At the Nieman reunion last April, Harvard’s President, Neil Rudenstine, spoke tellingly of Bill’s work. “No one represents the ideals of the Nieman Foundation more powerfully than Bill Kovach…. He has consistently pointed out the dangers of recent mergers between entertainment and media organizations. As Chair of the Committee of Concerned Journalists, he has begun and sustained a national dialogue dedicated to strengthening the core values of a responsible free press…. The Nieman Foundation, under Bill, has become a kind of conscience for the press.”

Bill also built on the vision of Jim Thomson and Howard Simons in enlarging the participation of international Nieman Fellows, who now comprise half of each Nieman class. The international fellows bring a global dimension to the Nieman experience and to the Harvard community. In many cases, they are journalists who have struggled to practice their craft under repressive regimes in countries where a free press is a fragile, emerging concept.

The state of journalism will forever be the unfinished business of the Nieman Foundation. The opportunity to participate in the discussion through the pages of this magazine, through conferences and seminars, through partnerships with other Harvard institutions and leading organizations in the journalistic community, through the contributions of the fellows, through a global outreach and through the network of former Nieman Fellows is at once challenging, exciting and humbling.

To a considerable extent, the Nieman Foundation’s ability to help raise the standards of journalism has been enhanced by the reach and potential of its Web site as an invaluable place to engage the Nieman family and the larger world of journalism in a continuing discussion about the state of journalism.

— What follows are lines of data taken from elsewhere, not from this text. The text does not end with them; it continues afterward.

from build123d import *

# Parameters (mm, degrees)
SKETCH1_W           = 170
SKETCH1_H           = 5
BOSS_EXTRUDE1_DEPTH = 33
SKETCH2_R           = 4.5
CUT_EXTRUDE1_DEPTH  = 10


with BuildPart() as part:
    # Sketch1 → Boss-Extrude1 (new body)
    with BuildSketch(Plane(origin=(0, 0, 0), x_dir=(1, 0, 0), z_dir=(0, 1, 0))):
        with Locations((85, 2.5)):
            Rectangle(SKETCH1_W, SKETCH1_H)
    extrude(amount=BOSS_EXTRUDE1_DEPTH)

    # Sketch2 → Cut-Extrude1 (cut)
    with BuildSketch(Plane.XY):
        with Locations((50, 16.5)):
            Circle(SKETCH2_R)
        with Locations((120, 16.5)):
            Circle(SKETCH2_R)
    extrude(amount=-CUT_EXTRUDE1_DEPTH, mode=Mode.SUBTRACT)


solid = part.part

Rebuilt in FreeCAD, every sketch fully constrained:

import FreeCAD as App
import Part
import Sketcher
from FreeCAD import Vector
Q = App.Units.Quantity


def add_polygon(sketch, points):
    """Adds a closed chain of lines whose ends are joined by coincident constraints."""
    first, n = sketch.GeometryCount, len(points)
    for a, b in zip(points, points[1:] + points[:1]):
        sketch.addGeometry(Part.LineSegment(App.Vector(*a, 0), App.Vector(*b, 0)), False)
    for i in range(n):
        sketch.addConstraint(Sketcher.Constraint("Coincident", first + i, 2, first + (i + 1) % n, 1))

doc = App.newDocument("Part")
params = doc.addObject("Spreadsheet::Sheet", "Params")
for row, (alias, value) in enumerate([
    ("sketch1_width", "170 mm"),
    ("sketch1_height", "5 mm"),
    ("pad1_length", "33 mm"),
    ("sketch2_diameter", "9 mm"),
    ("pocket1_length", "10 mm"),
], start=1):
    params.set(f"A{row}", alias)
    params.set(f"B{row}", "=" + value)
    params.setAlias(f"B{row}", alias)

body = doc.addObject("PartDesign::Body", "Body")

# Sketch on XZ plane
sketch1 = doc.addObject("Sketcher::SketchObject", "Sketch")
body.addObject(sketch1)
sketch1.AttachmentSupport = (doc.XZ_Plane, [""])
sketch1.MapMode = "FlatFace"
add_polygon(sketch1, [(0, -5), (0, 0), (170, 0), (170, -5)])  # lines 0-3
sketch1.addConstraint(Sketcher.Constraint("Vertical", 0))
sketch1.addConstraint(Sketcher.Constraint("Horizontal", 1))
sketch1.addConstraint(Sketcher.Constraint("Vertical", 2))
sketch1.addConstraint(Sketcher.Constraint("Horizontal", 3))
sketch1.addConstraint(Sketcher.Constraint("Coincident", 0, 2, -1, 1))
sketch1.addConstraint(Sketcher.Constraint("DistanceX", 1, 1, 1, 2, Q("170 mm")))
sketch1.addConstraint(Sketcher.Constraint("DistanceY", 0, 1, 0, 2, Q("5 mm")))
sketch1.setExpression("Constraints[9]", "Params.sketch1_width")
sketch1.setExpression("Constraints[10]", "Params.sketch1_height")
pad1 = doc.addObject("PartDesign::Pad", "Pad")
body.addObject(pad1)
pad1.Profile = sketch1
pad1.setExpression("Length", "Params.pad1_length")
pad1.Reversed = True

# Sketch on XY plane
sketch2 = doc.addObject("Sketcher::SketchObject", "Sketch001")
body.addObject(sketch2)
sketch2.AttachmentSupport = (doc.XY_Plane, [""])
sketch2.MapMode = "FlatFace"
sketch2.addGeometry(Part.Circle(Vector(50, 16.5, 0), Vector(0, 0, 1), 4.5), False)
sketch2.addGeometry(Part.Circle(Vector(120, 16.5, 0), Vector(0, 0, 1), 4.5), False)
sketch2.addConstraint(Sketcher.Constraint("Equal", 0, 1))
sketch2.addConstraint(Sketcher.Constraint("Horizontal", 0, 3, 1, 3))
sketch2.addConstraint(Sketcher.Constraint("Diameter", 0, Q("9 mm")))
sketch2.addConstraint(Sketcher.Constraint("DistanceX", -1, 1, 0, 3, Q("50 mm")))
sketch2.addConstraint(Sketcher.Constraint("DistanceX", -1, 1, 1, 3, Q("120 mm")))
sketch2.addConstraint(Sketcher.Constraint("DistanceY", -1, 1, 0, 3, Q("16.5 mm")))
sketch2.setExpression("Constraints[2]", "Params.sketch2_diameter")
pocket1 = doc.addObject("PartDesign::Pocket", "Pocket")
body.addObject(pocket1)
pocket1.Profile = sketch2
pocket1.setExpression("Length", "Params.pocket1_length")

doc.recompute()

The mission to promote and elevate the standards of journalism is a purpose the Nieman Foundation shares with the larger journalistic community. We are but one of many leading journalism organizations and foundations that are striving to understand deeply held public concerns about journalistic practices. The public is troubled by the blending of entertainment and news and by what it observes when television enables viewers to watch reporters at work. When asked, members of the public willingly provide examples of reportorial arrogance and insensitivity and a failure to fully grasp the details as well as the nuances of stories. That this distrust of the press and its practices is a matter of significant concern has been amply documented in a myriad of ways—through surveys, conferences, studies, focus groups, conversations with readers and viewers.

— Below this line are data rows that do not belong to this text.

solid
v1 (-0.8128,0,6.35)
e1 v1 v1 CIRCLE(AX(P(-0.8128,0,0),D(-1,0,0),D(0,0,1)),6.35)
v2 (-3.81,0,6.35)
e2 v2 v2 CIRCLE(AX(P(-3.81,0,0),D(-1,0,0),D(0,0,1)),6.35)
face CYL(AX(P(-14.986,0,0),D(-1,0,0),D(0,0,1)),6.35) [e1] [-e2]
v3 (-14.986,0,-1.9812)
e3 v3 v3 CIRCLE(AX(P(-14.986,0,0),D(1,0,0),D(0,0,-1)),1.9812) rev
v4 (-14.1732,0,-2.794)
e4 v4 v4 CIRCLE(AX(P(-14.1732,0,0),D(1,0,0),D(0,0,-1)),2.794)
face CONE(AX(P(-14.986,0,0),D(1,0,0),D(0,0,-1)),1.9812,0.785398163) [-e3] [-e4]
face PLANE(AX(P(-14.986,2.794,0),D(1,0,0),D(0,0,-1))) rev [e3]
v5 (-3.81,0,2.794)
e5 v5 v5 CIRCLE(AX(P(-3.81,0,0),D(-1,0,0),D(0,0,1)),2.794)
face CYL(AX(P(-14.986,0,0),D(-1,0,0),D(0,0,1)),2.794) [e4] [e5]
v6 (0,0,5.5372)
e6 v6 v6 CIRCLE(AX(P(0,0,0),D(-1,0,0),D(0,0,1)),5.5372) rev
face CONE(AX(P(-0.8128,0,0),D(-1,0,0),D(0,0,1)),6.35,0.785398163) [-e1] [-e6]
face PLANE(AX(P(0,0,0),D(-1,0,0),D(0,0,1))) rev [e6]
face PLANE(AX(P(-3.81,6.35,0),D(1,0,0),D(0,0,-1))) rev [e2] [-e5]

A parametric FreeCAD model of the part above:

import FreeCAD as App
import Part
import Sketcher
from FreeCAD import Vector
Q = App.Units.Quantity


def edges_at(feature, points):
    """Names of the edges that pass closest to the given points."""
    edges = feature.Shape.Edges
    near = lambda p: min(range(len(edges)), key=lambda i: edges[i].distToShape(Part.Vertex(*p))[0])
    return sorted({f"Edge{near(p) + 1}" for p in points})


def add_polygon(sketch, points):
    """Adds a closed chain of lines whose ends are joined by coincident constraints."""
    first, n = sketch.GeometryCount, len(points)
    for a, b in zip(points, points[1:] + points[:1]):
        sketch.addGeometry(Part.LineSegment(App.Vector(*a, 0), App.Vector(*b, 0)), False)
    for i in range(n):
        sketch.addConstraint(Sketcher.Constraint("Coincident", first + i, 2, first + (i + 1) % n, 1))

doc = App.newDocument("Part")
params = doc.addObject("Spreadsheet::Sheet", "Params")
for row, (alias, value) in enumerate([
    ("sketch1_width", "0.15 in"),
    ("sketch1_width2", "0.44 in"),
    ("sketch1_height", "0.25 in"),
    ("sketch1_height2", "0.14 in"),
    ("revolution_angle", "360 deg"),
    ("chamfer_size", "0.032 in"),
], start=1):
    params.set(f"A{row}", alias)
    params.set(f"B{row}", "=" + value)
    params.setAlias(f"B{row}", alias)

body = doc.addObject("PartDesign::Body", "Body")

sketch1 = body.newObject("Sketcher::SketchObject", "Sketch")
sketch1.AttachmentSupport = (doc.getObject("XY_Plane"), [""])
sketch1.MapMode = "FlatFace"
add_polygon(sketch1, [(0, 0), (0, 6.3), (-3.8, 6.3), (-3.8, 2.8), (-15, 2.8), (-15, 0)])
sketch1.addConstraint([
    Sketcher.Constraint("Vertical", 0),
    Sketcher.Constraint("Horizontal", 1),
    Sketcher.Constraint("Vertical", 2),
    Sketcher.Constraint("Horizontal", 3),
    Sketcher.Constraint("Vertical", 4),
    Sketcher.Constraint("Horizontal", 5),
    Sketcher.Constraint("Coincident", 5, 2, -1, 1),
    Sketcher.Constraint("DistanceX", 1, 2, 1, 1, Q("0.15 in")),
    Sketcher.Constraint("DistanceX", 3, 2, 3, 1, Q("0.44 in")),
    Sketcher.Constraint("DistanceY", 0, 1, 0, 2, Q("0.25 in")),
    Sketcher.Constraint("DistanceY", 2, 2, 2, 1, Q("0.14 in")),
])
sketch1.setExpression("Constraints[13]", "Params.sketch1_width")
sketch1.setExpression("Constraints[14]", "Params.sketch1_width2")
sketch1.setExpression("Constraints[15]", "Params.sketch1_height")
sketch1.setExpression("Constraints[16]", "Params.sketch1_height2")
revolution = body.newObject("PartDesign::Revolution", "Revolution")
revolution.Profile = sketch1
revolution.ReferenceAxis = (sketch1, ["H_Axis"])
revolution.setExpression("Angle", "Params.revolution_angle")
doc.recompute()

chamfer = body.newObject("PartDesign::Chamfer", "Chamfer")
chamfer.Base = (revolution, edges_at(revolution, [(-14.986, 0, -2.794), (0, 0, -6.35)]))
chamfer.setExpression("Size", "Params.chamfer_size")

doc.recompute()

In my recent work with The Freedom Forum, with its particular focus on fairness, I have developed a deep respect for the public’s sophisticated understanding of how the behavior of individual journalists influences their perceptions of fairness in the news media. The public’s definitions of what is fair and what is not fair are broader and deeper than those voiced by many journalists. When asked about fairness, journalists tend to talk about accuracy, balance and lack of bias. Readers and viewers mention racial and cultural insensitivity, over-dependence on unnamed sources, reluctance to correct errors, and words reporters use to characterize individuals in stories.

As I have listened to reporters talk about fairness, and as I have participated with the American Society of Newspaper Editors and the Associated Press Managing Editors in a number of projects focusing on the performance of the press, I am reminded of the enduring commitment of journalists to do better, even though actual improvements don’t always live up to this expression of commitment.

To each of those journalists and friends who has written to me in recent weeks, I have offered this wish: As I pursue the obligation to continue the direction Bill Kovach and his predecessors have established, I invite you to engage in our work through your thoughts and ideas about ways the Nieman Foundation might even more effectively advance the special purpose we share.

This is an invitation to all of our readers, as well.